The task became increasingly urgent as toxic oil crept deeper into the bays and marshes of the Mississippi Delta.
A sheen of oil began arriving on land last week, and crews have been putting out floating barriers, spraying chemical dispersants and setting fire to the slick to try to keep it from coming ashore. But now the thicker, stickier goo -- arrayed in vivid, brick-colored ribbons -- is drawing ever closer to Louisiana's coastal communities.
The box must be properly aligned over the main leak, after which robots will secure it and attach the plumbing that will carry the oil up to the surface. It could be collecting as much as 85 percent of the oil gushing into the Gulf by Sunday.
But there are untold risks and unknowns: The approach has never been tried at such depths, where the water pressure is enough to crush a submarine, and any wrong move could damage the leaking pipe and make the problem worse. The seafloor is pitch black and the water murky, though lights on the robots illuminate the area where they are working.
If the box works, another one will be dropped onto a second, smaller leak at the bottom of the Gulf.
At the same time, crews are drilling sideways into the well in hopes of plugging it up with mud and concrete, and they are working on other ways to cap it.
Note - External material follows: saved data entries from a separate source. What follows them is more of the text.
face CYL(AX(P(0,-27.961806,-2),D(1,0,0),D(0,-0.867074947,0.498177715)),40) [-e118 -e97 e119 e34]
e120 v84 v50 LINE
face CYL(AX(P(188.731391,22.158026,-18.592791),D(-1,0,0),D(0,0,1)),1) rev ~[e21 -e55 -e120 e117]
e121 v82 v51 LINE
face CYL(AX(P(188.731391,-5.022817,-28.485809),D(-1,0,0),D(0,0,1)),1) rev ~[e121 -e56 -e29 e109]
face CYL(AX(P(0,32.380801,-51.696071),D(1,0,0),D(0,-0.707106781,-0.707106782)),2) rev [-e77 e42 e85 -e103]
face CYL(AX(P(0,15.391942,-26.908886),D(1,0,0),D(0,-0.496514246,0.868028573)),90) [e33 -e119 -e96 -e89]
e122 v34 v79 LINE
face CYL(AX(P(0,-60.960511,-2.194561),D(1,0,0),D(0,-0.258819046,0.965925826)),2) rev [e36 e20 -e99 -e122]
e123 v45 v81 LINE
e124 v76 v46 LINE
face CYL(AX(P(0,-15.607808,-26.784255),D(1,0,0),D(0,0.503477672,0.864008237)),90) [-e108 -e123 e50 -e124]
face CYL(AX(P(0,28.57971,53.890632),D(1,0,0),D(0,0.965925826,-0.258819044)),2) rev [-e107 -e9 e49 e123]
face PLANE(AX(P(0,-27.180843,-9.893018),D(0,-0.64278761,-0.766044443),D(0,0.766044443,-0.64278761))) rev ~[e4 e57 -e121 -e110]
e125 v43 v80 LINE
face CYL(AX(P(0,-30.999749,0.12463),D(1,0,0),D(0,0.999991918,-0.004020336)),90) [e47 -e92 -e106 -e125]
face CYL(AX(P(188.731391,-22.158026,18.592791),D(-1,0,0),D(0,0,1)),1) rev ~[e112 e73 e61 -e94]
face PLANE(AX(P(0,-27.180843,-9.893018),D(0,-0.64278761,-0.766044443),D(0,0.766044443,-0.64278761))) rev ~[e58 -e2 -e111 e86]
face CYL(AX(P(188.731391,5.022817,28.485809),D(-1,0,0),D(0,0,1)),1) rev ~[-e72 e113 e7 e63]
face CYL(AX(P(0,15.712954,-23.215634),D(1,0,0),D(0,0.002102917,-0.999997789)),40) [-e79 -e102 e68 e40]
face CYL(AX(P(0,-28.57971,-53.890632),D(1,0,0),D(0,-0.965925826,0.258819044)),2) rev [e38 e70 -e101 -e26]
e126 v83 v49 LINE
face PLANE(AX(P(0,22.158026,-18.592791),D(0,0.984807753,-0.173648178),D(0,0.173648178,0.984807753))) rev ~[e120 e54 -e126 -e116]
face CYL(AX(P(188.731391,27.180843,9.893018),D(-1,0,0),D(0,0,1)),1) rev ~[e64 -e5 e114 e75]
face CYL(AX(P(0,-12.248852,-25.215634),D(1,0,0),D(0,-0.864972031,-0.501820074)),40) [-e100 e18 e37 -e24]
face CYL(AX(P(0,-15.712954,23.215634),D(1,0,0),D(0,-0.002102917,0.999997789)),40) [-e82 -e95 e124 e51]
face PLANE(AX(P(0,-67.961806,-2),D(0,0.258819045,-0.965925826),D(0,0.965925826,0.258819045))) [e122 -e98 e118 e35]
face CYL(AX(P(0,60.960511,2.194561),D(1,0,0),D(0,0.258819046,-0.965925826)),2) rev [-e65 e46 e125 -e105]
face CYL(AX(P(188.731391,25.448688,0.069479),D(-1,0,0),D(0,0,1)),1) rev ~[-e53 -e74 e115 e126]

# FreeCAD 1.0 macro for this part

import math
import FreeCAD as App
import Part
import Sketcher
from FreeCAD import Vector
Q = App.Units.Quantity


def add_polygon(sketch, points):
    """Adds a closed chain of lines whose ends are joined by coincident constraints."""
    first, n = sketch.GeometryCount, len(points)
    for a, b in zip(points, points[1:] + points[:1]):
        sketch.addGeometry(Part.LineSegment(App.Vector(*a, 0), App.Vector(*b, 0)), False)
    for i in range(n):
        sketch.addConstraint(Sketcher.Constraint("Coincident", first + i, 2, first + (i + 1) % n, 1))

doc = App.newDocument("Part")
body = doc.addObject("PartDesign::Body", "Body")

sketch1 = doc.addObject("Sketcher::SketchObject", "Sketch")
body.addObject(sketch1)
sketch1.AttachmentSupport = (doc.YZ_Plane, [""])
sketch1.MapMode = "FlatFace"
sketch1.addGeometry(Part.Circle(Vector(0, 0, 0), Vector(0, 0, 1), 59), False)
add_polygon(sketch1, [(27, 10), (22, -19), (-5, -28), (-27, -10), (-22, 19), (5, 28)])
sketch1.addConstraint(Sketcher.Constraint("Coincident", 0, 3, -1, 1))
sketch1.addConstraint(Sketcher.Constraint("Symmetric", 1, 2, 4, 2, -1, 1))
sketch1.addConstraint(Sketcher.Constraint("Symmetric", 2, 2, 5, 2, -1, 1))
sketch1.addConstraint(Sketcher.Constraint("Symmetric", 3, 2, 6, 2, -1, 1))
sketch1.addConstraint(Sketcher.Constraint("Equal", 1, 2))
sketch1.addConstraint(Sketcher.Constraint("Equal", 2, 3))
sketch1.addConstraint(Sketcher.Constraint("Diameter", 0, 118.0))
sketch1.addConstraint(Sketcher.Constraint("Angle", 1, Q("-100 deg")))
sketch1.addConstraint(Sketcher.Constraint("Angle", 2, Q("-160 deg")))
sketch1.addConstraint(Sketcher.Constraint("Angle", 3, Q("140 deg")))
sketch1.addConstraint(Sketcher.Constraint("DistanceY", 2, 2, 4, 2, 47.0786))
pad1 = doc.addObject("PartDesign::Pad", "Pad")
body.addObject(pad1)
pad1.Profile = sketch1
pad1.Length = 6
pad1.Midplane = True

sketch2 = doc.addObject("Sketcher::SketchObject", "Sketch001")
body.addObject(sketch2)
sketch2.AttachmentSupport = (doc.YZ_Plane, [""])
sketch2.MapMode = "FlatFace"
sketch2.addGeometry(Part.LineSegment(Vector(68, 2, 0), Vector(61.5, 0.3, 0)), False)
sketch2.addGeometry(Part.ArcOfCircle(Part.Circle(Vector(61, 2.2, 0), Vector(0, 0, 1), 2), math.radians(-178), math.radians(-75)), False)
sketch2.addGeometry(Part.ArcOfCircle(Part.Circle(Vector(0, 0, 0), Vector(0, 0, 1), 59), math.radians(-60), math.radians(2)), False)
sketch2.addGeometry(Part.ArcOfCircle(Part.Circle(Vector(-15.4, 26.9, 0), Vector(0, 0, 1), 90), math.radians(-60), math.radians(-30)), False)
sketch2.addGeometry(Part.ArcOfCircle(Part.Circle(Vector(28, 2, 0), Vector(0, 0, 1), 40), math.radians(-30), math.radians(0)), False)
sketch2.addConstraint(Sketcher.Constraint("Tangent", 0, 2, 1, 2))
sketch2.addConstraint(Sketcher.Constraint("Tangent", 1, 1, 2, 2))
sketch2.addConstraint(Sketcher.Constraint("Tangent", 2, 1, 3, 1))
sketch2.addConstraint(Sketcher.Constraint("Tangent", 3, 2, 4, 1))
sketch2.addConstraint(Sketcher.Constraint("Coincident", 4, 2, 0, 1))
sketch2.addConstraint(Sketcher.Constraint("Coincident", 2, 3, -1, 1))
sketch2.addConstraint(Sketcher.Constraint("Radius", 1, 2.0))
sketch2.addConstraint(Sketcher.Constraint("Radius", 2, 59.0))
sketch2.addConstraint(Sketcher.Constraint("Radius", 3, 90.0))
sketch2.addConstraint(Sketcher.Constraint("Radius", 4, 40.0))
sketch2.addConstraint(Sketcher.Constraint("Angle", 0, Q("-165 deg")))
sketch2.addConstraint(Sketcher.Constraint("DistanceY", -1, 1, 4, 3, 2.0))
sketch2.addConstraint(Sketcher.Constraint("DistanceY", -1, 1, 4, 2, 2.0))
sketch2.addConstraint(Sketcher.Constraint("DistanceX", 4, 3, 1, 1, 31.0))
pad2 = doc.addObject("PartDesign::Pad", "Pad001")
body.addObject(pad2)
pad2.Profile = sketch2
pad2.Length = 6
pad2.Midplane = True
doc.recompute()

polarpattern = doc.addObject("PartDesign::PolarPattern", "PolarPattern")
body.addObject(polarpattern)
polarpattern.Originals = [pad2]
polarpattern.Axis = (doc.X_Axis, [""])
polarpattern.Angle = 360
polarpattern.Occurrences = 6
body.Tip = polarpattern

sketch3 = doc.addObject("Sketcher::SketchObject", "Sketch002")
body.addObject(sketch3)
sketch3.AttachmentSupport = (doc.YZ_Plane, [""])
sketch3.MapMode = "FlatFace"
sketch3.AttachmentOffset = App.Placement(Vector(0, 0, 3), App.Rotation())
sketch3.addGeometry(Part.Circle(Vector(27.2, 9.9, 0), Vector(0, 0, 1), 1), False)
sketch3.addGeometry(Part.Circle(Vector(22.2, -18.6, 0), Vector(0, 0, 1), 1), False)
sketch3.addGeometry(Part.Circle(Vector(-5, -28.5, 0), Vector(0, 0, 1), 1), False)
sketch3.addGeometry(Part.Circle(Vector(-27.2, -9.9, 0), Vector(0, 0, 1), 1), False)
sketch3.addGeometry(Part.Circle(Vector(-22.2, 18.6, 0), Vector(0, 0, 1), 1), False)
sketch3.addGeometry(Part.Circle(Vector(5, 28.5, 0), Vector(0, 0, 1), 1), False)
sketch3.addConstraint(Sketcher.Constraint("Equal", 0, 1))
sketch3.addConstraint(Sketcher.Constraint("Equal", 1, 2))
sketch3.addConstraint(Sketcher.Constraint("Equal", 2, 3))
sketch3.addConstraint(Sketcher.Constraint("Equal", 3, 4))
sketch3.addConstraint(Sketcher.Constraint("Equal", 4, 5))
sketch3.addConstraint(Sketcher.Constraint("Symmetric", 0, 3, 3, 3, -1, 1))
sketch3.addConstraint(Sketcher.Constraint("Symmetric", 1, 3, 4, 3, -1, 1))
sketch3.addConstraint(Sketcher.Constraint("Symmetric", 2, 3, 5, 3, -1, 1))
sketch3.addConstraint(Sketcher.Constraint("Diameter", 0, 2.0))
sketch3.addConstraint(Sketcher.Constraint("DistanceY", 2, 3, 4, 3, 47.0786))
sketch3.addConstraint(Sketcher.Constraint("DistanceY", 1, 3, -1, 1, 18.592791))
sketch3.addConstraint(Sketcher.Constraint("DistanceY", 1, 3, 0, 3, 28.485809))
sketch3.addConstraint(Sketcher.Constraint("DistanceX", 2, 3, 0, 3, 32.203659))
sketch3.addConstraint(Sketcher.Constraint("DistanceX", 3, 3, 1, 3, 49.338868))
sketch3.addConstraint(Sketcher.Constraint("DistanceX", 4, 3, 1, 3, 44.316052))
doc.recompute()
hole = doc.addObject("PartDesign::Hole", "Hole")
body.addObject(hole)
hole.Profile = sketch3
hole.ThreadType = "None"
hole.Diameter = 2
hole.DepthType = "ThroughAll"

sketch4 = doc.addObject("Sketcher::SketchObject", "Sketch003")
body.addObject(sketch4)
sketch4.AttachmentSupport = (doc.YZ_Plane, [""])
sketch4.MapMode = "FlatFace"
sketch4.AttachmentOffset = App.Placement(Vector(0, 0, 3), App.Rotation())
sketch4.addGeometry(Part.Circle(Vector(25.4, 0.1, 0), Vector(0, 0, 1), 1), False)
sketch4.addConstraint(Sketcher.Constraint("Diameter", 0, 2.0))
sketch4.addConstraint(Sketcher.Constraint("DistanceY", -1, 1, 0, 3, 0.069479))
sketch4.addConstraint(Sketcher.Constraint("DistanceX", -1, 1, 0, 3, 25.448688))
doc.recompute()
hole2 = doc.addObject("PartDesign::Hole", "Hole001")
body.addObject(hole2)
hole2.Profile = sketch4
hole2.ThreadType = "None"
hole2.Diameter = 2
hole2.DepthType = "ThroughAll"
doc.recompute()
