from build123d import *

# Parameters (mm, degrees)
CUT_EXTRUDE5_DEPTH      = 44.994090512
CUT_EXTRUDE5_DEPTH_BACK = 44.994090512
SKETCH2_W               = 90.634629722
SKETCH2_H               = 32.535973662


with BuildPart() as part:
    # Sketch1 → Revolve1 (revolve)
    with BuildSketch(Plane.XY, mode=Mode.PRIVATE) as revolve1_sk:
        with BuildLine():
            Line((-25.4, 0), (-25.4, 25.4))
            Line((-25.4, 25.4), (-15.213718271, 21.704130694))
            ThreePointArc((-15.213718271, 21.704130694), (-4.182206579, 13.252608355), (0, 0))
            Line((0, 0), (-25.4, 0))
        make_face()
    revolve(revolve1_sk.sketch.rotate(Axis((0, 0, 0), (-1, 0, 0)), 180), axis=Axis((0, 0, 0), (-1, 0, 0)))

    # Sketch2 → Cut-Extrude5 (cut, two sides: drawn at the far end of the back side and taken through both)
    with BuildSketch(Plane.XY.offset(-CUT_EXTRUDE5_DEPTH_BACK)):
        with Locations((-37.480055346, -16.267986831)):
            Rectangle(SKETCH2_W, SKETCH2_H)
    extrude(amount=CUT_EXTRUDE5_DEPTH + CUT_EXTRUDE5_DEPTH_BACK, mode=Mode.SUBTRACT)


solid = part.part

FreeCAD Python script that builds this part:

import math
import FreeCAD as App
import Part
import Sketcher
from FreeCAD import Vector
Q = App.Units.Quantity


def add_polygon(sketch, points):
    """Adds a closed chain of lines whose ends are joined by coincident constraints."""
    first, n = sketch.GeometryCount, len(points)
    for a, b in zip(points, points[1:] + points[:1]):
        sketch.addGeometry(Part.LineSegment(App.Vector(*a, 0), App.Vector(*b, 0)), False)
    for i in range(n):
        sketch.addConstraint(Sketcher.Constraint("Coincident", first + i, 2, first + (i + 1) % n, 1))

doc = App.newDocument("Part")
body = doc.addObject("PartDesign::Body", "Body")

sketch1 = doc.addObject("Sketcher::SketchObject", "Sketch")
body.addObject(sketch1)
sketch1.AttachmentSupport = (doc.XY_Plane, [""])
sketch1.MapMode = "FlatFace"
sketch1.addGeometry(Part.LineSegment(Vector(-25, 25, 0), Vector(-25, 0, 0)), False)
sketch1.addGeometry(Part.LineSegment(Vector(-25, 0, 0), Vector(0, 0, 0)), False)
sketch1.addGeometry(Part.ArcOfCircle(Part.Circle(Vector(-23, 0, 0), Vector(0, 0, 1), 23), math.radians(0), math.radians(70)), False)
sketch1.addGeometry(Part.LineSegment(Vector(-15, 22, 0), Vector(-25, 25, 0)), False)
sketch1.addConstraint(Sketcher.Constraint("Coincident", 0, 2, 1, 1))
sketch1.addConstraint(Sketcher.Constraint("Coincident", 1, 2, 2, 1))
sketch1.addConstraint(Sketcher.Constraint("Tangent", 2, 2, 3, 1))
sketch1.addConstraint(Sketcher.Constraint("Coincident", 3, 2, 0, 1))
sketch1.addConstraint(Sketcher.Constraint("Vertical", 0))
sketch1.addConstraint(Sketcher.Constraint("Horizontal", 1))
sketch1.addConstraint(Sketcher.Constraint("Coincident", 1, 2, -1, 1))
sketch1.addConstraint(Sketcher.Constraint("PointOnObject", 2, 3, -1))
sketch1.addConstraint(Sketcher.Constraint("Equal", 1, 0))
sketch1.addConstraint(Sketcher.Constraint("DistanceX", 1, 1, 1, 2, Q("1 in")))
sketch1.addConstraint(Sketcher.Constraint("Radius", 2, 23.088587))
revolution = doc.addObject("PartDesign::Revolution", "Revolution")
body.addObject(revolution)
revolution.Profile = sketch1
revolution.ReferenceAxis = (sketch1, ["H_Axis"])
revolution.Angle = 360

sketch2 = doc.addObject("Sketcher::SketchObject", "Sketch001")
body.addObject(sketch2)
sketch2.AttachmentSupport = (doc.XY_Plane, [""])
sketch2.MapMode = "FlatFace"
add_polygon(sketch2, [(-83, 0), (-83, -33), (8, -33), (8, 0)])
sketch2.addConstraint(Sketcher.Constraint("Vertical", 0))
sketch2.addConstraint(Sketcher.Constraint("Horizontal", 1))
sketch2.addConstraint(Sketcher.Constraint("Vertical", 2))
sketch2.addConstraint(Sketcher.Constraint("Horizontal", 3))
sketch2.addConstraint(Sketcher.Constraint("PointOnObject", 2, 2, -1))
sketch2.addConstraint(Sketcher.Constraint("DistanceX", 1, 1, 1, 2, 90.63463))
sketch2.addConstraint(Sketcher.Constraint("DistanceY", 0, 2, 0, 1, 32.535974))
sketch2.addConstraint(Sketcher.Constraint("DistanceX", 0, 2, -1, 1, 82.79737))
pocket1 = doc.addObject("PartDesign::Pocket", "Pocket")
body.addObject(pocket1)
pocket1.Profile = sketch2
pocket1.Type = "ThroughAll"
pocket1.Midplane = True

doc.recompute()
The well has been spewing about 200,000 gallons a day in the nation's biggest oil spill since the nearly 11 million gallons lost in the Exxon Valdez disaster in Alaska in 1989.
The cause of the blast has not been determined, but investigators have been focusing on the so-called blowout preventer. Federal regulators told The Associated Press that they are going to examine whether these last-resort cutoff valves on offshore oil wells are reliable.
At Hopedale, a fishing community in St. Bernard Parish, La., that has been a staging area for efforts to protect inlets and bayous, Louisiana Gov. Bobby Jindal stepped out of a helicopter and held aloft a tennis ball-size hunk of tarry oil he said a fisherman had retrieved near the mouth of the Mississippi River.
Oil was reported moving west of the Mississippi toward fishing and resort villages on the Louisiana coast.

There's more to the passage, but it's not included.